What I'd like to focus on is inputSlice and target variables. As it is unpractical to write out a larger dataset by hand, I have used a function that generates a random slice of integers in a given range. Here is the function:

func CreteIntSlice(length int, maxValue int) []int {
    var result = make([]int, 0, length)
    reader := rand.Reader
    for i := 0; i < length; i++ {
        random, _ := rand.Int(reader, big.NewInt(int64(maxValue)))
        result = append(result, int(random.Int64()))
    }
    return result
}

Don't pay too much attention to this function, it's ugly but it works.
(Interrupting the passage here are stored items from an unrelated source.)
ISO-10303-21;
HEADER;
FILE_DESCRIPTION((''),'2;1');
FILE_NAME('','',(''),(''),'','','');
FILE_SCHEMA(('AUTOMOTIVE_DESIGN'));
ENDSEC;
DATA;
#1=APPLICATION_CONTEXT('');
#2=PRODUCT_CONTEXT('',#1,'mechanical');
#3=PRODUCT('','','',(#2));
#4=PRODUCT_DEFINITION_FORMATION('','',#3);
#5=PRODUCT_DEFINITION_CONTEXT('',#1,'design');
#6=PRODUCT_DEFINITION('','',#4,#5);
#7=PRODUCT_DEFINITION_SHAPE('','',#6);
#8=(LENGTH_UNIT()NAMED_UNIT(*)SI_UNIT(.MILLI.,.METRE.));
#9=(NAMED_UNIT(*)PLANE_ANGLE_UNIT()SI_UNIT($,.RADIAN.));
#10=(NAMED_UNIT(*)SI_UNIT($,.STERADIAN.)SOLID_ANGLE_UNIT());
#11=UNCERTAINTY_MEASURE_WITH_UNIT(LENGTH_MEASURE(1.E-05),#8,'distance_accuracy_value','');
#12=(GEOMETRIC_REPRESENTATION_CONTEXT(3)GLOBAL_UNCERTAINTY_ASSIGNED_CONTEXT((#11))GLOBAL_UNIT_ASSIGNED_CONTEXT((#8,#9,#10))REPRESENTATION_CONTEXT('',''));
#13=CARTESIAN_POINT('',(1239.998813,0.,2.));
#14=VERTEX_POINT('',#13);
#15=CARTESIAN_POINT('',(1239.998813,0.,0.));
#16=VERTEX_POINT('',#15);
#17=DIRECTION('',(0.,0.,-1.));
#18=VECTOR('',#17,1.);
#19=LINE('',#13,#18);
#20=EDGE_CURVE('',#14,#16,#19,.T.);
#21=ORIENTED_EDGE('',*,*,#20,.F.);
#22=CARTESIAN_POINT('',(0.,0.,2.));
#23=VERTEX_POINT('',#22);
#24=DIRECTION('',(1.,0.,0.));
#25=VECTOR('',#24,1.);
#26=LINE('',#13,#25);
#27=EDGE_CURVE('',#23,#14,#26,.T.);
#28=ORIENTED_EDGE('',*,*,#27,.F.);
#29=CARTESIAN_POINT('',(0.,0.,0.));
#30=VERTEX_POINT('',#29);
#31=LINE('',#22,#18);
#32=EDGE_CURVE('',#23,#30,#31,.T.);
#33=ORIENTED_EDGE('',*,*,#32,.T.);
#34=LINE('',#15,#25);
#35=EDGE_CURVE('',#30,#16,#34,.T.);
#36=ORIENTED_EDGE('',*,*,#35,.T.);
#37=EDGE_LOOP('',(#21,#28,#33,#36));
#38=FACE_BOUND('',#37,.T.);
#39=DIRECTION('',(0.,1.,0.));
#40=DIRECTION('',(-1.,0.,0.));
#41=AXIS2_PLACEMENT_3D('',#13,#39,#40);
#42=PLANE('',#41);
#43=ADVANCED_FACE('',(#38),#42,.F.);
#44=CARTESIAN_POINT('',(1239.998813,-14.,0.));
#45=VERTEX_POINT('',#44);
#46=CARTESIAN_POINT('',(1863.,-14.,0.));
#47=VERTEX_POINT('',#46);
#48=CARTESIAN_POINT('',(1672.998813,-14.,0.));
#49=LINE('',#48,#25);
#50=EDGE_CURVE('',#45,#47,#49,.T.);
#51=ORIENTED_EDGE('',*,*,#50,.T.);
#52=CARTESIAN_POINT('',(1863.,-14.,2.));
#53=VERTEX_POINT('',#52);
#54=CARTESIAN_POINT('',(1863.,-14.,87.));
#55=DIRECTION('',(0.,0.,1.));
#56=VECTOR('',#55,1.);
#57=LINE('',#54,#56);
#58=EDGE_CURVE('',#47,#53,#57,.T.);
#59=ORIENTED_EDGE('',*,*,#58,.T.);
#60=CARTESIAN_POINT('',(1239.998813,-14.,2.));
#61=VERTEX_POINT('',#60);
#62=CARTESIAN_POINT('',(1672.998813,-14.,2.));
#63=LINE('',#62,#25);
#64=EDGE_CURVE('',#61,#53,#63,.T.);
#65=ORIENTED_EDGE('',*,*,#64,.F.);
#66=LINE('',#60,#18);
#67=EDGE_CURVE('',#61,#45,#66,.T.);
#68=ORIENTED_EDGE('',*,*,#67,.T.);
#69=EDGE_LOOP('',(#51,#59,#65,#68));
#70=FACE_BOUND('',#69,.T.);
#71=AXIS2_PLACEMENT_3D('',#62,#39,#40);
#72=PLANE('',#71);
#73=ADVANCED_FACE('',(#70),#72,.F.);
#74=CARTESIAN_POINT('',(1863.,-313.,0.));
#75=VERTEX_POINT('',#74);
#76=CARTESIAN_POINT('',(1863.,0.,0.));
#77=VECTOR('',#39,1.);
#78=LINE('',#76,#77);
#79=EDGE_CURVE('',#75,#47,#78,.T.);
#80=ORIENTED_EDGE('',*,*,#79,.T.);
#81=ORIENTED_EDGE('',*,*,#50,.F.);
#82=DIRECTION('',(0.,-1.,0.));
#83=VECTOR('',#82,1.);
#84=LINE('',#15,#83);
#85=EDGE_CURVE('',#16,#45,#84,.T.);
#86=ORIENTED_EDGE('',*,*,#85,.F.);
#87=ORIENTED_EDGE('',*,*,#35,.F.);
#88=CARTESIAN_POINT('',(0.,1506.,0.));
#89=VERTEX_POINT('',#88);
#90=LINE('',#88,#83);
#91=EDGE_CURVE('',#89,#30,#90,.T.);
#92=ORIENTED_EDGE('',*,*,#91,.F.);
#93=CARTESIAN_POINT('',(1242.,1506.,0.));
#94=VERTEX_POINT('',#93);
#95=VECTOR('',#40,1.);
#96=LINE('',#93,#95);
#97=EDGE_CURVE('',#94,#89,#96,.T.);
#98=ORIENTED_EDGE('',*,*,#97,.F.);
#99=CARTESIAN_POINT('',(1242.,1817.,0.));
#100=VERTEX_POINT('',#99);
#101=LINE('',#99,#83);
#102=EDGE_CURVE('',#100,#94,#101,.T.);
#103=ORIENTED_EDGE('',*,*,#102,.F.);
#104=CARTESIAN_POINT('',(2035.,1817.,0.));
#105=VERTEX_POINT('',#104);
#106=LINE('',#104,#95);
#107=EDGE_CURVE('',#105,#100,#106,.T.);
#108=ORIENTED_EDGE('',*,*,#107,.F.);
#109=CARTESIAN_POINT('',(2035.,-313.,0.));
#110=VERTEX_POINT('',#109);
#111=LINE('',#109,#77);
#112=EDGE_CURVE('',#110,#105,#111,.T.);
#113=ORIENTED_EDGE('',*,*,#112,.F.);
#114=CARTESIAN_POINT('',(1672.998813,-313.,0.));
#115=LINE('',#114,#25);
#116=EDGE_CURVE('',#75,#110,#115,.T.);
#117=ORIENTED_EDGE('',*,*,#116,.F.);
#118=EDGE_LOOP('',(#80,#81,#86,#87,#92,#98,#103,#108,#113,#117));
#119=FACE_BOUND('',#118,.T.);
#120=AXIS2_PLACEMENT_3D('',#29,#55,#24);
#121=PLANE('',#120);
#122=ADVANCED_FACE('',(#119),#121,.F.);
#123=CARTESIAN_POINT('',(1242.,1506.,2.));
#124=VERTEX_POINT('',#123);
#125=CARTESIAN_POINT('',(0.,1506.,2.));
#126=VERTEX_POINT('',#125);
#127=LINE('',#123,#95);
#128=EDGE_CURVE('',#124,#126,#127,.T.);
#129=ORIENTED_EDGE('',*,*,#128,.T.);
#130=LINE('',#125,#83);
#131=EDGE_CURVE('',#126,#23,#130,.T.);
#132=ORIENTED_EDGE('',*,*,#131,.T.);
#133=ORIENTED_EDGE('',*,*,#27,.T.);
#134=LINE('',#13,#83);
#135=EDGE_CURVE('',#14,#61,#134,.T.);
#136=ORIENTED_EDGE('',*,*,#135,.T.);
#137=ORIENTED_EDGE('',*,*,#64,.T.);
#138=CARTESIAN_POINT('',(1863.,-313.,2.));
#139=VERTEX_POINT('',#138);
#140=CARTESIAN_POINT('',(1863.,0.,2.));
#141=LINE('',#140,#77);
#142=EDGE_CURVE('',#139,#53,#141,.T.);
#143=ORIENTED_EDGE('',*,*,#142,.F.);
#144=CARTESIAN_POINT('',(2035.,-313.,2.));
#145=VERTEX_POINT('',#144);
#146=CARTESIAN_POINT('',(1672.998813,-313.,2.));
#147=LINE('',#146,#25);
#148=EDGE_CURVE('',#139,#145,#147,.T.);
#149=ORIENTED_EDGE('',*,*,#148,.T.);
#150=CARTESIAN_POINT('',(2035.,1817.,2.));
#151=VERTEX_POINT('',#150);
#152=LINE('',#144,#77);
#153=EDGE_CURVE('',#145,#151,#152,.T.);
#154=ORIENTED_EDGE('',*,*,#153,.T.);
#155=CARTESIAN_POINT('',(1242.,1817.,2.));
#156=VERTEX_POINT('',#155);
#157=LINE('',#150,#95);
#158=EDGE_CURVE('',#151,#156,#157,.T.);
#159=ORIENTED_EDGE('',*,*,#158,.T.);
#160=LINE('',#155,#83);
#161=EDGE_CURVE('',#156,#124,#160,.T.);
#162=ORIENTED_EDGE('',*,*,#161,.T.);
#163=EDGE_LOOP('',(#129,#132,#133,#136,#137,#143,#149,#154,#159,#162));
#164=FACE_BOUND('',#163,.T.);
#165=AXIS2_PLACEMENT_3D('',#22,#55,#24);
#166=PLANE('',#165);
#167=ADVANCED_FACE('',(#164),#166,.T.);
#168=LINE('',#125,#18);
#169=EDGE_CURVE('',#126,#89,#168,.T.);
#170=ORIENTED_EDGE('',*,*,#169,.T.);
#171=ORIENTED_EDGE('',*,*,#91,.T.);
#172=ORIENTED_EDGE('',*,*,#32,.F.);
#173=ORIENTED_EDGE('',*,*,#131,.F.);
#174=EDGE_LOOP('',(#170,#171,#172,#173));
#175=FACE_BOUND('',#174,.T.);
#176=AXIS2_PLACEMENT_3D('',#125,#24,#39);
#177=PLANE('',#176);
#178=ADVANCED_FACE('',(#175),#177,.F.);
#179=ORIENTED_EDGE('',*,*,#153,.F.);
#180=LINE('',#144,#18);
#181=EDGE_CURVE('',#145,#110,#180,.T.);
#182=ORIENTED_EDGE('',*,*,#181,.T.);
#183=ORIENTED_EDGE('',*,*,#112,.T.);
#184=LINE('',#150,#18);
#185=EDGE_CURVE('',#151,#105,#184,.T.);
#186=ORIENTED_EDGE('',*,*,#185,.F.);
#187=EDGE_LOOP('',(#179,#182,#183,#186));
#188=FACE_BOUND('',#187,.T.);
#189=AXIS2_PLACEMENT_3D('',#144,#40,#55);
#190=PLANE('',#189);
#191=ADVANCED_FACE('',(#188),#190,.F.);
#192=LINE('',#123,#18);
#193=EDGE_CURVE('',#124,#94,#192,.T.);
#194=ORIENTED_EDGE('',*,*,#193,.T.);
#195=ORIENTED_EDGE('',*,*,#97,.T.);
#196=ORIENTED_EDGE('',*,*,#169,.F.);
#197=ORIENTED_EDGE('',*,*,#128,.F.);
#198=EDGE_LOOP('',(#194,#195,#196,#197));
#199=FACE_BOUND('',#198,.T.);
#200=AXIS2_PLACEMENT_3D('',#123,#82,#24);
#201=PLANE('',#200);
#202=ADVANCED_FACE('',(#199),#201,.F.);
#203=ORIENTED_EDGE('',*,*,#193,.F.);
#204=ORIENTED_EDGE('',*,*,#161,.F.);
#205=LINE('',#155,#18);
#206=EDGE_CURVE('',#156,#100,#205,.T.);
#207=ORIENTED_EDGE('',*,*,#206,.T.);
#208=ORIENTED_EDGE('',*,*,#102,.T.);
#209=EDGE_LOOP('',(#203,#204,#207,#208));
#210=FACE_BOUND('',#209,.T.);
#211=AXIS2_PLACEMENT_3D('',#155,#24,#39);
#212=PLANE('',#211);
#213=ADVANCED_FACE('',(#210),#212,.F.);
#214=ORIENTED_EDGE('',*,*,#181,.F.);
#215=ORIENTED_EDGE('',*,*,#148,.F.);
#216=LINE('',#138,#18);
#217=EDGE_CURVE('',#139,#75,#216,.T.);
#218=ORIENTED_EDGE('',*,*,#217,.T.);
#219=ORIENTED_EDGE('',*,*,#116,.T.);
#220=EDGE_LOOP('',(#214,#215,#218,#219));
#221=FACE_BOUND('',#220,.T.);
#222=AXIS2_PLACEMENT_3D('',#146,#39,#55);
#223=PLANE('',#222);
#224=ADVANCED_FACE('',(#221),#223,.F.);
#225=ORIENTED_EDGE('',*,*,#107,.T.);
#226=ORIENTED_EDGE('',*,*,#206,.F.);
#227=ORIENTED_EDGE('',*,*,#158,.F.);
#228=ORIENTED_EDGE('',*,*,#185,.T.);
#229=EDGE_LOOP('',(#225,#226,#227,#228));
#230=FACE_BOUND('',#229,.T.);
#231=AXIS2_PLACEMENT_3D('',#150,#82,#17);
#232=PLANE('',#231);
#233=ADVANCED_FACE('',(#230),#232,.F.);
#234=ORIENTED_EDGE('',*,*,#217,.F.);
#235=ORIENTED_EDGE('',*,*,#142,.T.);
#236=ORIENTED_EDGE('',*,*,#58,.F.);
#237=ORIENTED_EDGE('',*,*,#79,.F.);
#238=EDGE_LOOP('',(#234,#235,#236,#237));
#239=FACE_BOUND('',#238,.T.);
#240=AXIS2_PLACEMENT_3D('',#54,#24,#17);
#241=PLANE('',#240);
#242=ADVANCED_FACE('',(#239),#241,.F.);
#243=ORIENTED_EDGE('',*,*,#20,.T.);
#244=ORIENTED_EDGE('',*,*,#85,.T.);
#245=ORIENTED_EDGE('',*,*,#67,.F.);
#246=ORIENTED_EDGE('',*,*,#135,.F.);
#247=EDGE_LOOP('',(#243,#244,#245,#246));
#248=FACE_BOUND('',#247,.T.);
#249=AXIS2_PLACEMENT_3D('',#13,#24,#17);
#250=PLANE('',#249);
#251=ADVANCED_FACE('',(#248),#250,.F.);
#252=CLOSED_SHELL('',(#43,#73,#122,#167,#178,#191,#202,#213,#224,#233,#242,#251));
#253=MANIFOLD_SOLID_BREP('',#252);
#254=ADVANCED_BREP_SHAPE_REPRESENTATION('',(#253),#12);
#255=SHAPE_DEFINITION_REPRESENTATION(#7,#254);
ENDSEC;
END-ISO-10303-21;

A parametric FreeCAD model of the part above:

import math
import FreeCAD as App
import Part
import Sketcher

V = App.Vector
Q = App.Units.Quantity


def add_polygon(sketch, points):
    """Adds a closed chain of lines whose ends are joined by coincident constraints."""
    first, n = sketch.GeometryCount, len(points)
    for a, b in zip(points, points[1:] + points[:1]):
        sketch.addGeometry(Part.LineSegment(App.Vector(*a, 0), App.Vector(*b, 0)), False)
    for i in range(n):
        sketch.addConstraint(Sketcher.Constraint("Coincident", first + i, 2, first + (i + 1) % n, 1))

doc = App.newDocument("Part")
params = doc.addObject("Spreadsheet::Sheet", "Params")
for row, (alias, value) in enumerate([
    ("sketch1_width", "1242 mm"),
    ("sketch1_width2", "433 mm"),
    ("sketch1_width3", "793 mm"),
    ("sketch1_height", "1506 mm"),
    ("sketch1_height2", "14 mm"),
    ("pad1_length", "2 mm"),
    ("sketch2_radius", "100 mm"),
    ("sketch2_width", "421 mm"),
    ("sketch2_height", "1650 mm"),
    ("pocket1_length", "330 mm"),
], start=1):
    params.set(f"A{row}", alias)
    params.set(f"B{row}", "=" + value)
    params.setAlias(f"B{row}", alias)

body = doc.addObject("PartDesign::Body", "Body")

# Sketch on XY plane
sketch1 = doc.addObject("Sketcher::SketchObject", "Sketch")
body.addObject(sketch1)
sketch1.AttachmentSupport = (doc.XY_Plane, [""])
sketch1.MapMode = "FlatFace"
add_polygon(sketch1, [(1242, 1506), (0, 1506), (0, 0), (1239.998813, 0), (1239.998813, -14), (1672.998813, -14), (1672.998813, -313), (2035, -313), (2035, 1817), (1242, 1817)])  # lines 0-9
sketch1.addConstraint(Sketcher.Constraint("Horizontal", 0))
sketch1.addConstraint(Sketcher.Constraint("Vertical", 1))
sketch1.addConstraint(Sketcher.Constraint("Horizontal", 2))
sketch1.addConstraint(Sketcher.Constraint("Vertical", 3))
sketch1.addConstraint(Sketcher.Constraint("Horizontal", 4))
sketch1.addConstraint(Sketcher.Constraint("Vertical", 5))
sketch1.addConstraint(Sketcher.Constraint("Horizontal", 6))
sketch1.addConstraint(Sketcher.Constraint("Vertical", 7))
sketch1.addConstraint(Sketcher.Constraint("Horizontal", 8))
sketch1.addConstraint(Sketcher.Constraint("Vertical", 9))
sketch1.addConstraint(Sketcher.Constraint("Coincident", 1, 2, -1, 1))
sketch1.addConstraint(Sketcher.Constraint("DistanceX", 0, 2, 0, 1, Q("1242 mm")))
sketch1.addConstraint(Sketcher.Constraint("DistanceX", 4, 1, 4, 2, Q("433 mm")))
sketch1.addConstraint(Sketcher.Constraint("DistanceX", 8, 2, 8, 1, Q("793 mm")))
sketch1.addConstraint(Sketcher.Constraint("DistanceY", 1, 2, 1, 1, Q("1506 mm")))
The important part is that it generates a random slice of integers in a given range. length is the length of the slice, and maxValue determines the range of the random numbers. For example, if maxValue is 100, the random numbers will be between 0 and 100.

Larger data set

Now that we know what the problem is, let's fix it. Here is the new benchmark code:

var inputSlice = CreteIntSlice(1_000, 1000)
var target = 143

func BenchmarkAllTwoSum(b *testing.B) {

    b.Run("TwoSumHash", benchmarkTwoSumHash)
    b.Run("TwoSum", benchmarkTwoSum)

}

Tip: You can use underscores in numbers to make them more readable. For example, 1_000 is the same as 1000.

Now we have a slice of 1000 random integers between 0 and 1000, and a target value of 143. Let's see how the benchmarks perform now.

TwoSumHash                  295,315             43,681 ns/op           20,985 B/op         21 allocs/op
TwoSum                      753,201             13,869 ns/op              16 B/op          1 allocs/op

Now we still have the same problem, but there's something interesting happening here. Besides the Hash solution being ~3.1 times slower, there is also a huge difference in memory usage. The Hash solution uses ~1311 times more memory than the array solution, as well as 21 times more allocations. This is of course because for each iteration of the loop, we are allocating a new element in the hash map.

But these results look even worse for the hash map, which is supposed to be faster. Remember O(n) vs O(n^2)? Well, it's time to put that to the test.

An even larger data set

Let's take it up a notch. Here is the new benchmark code:

var inputSlice = util.CreteIntSlice(1_000_000, 100_000)
var target = 548_888

Yeah, we are going to use a slice of 1 million random integers between 0 and 100 thousand, and a target value of 548_888. Let's see how the benchmarks perform now.

TwoSumHash                     134          86,174,212 ns/op        10,576,811 B/op       2,919 allocs/op
TwoSum                           1        340,888,900,172 ns/op             0 B/op          0 allocs/op

Now we have finally given the Hash map enough space to stretch its legs. And it did. The Hash Map came in at 86 milliseconds, while the array took 340.8 seconds. That's ~3955 times faster. On smaller data sets, the Hash Map was only 3 to 10 times slower than it's simpler counterpart, but on larger data sets, it's almost 4k times faster. That's a huge difference.

Now, we have to be fair. Hash Map solution has allocated around 10.5 MB, while the 16 B of the array approach wasn't even registered by the benchmark. But, if you are working with large data sets, you probably have enough memory to spare.

Conclusion

Be aware of the data you run your benchmarks on. For most use cases and side projects, the array O(n^2) solution is going to be more than enough. But if you are working with large data sets, you should definitely consider using a Hash Map.

Also, keep in mind that microbenchmarks often don't reflect real world performance. Besides testing it on a local machine that has other processes running, you have to take into account the wider architecture of the system you're building.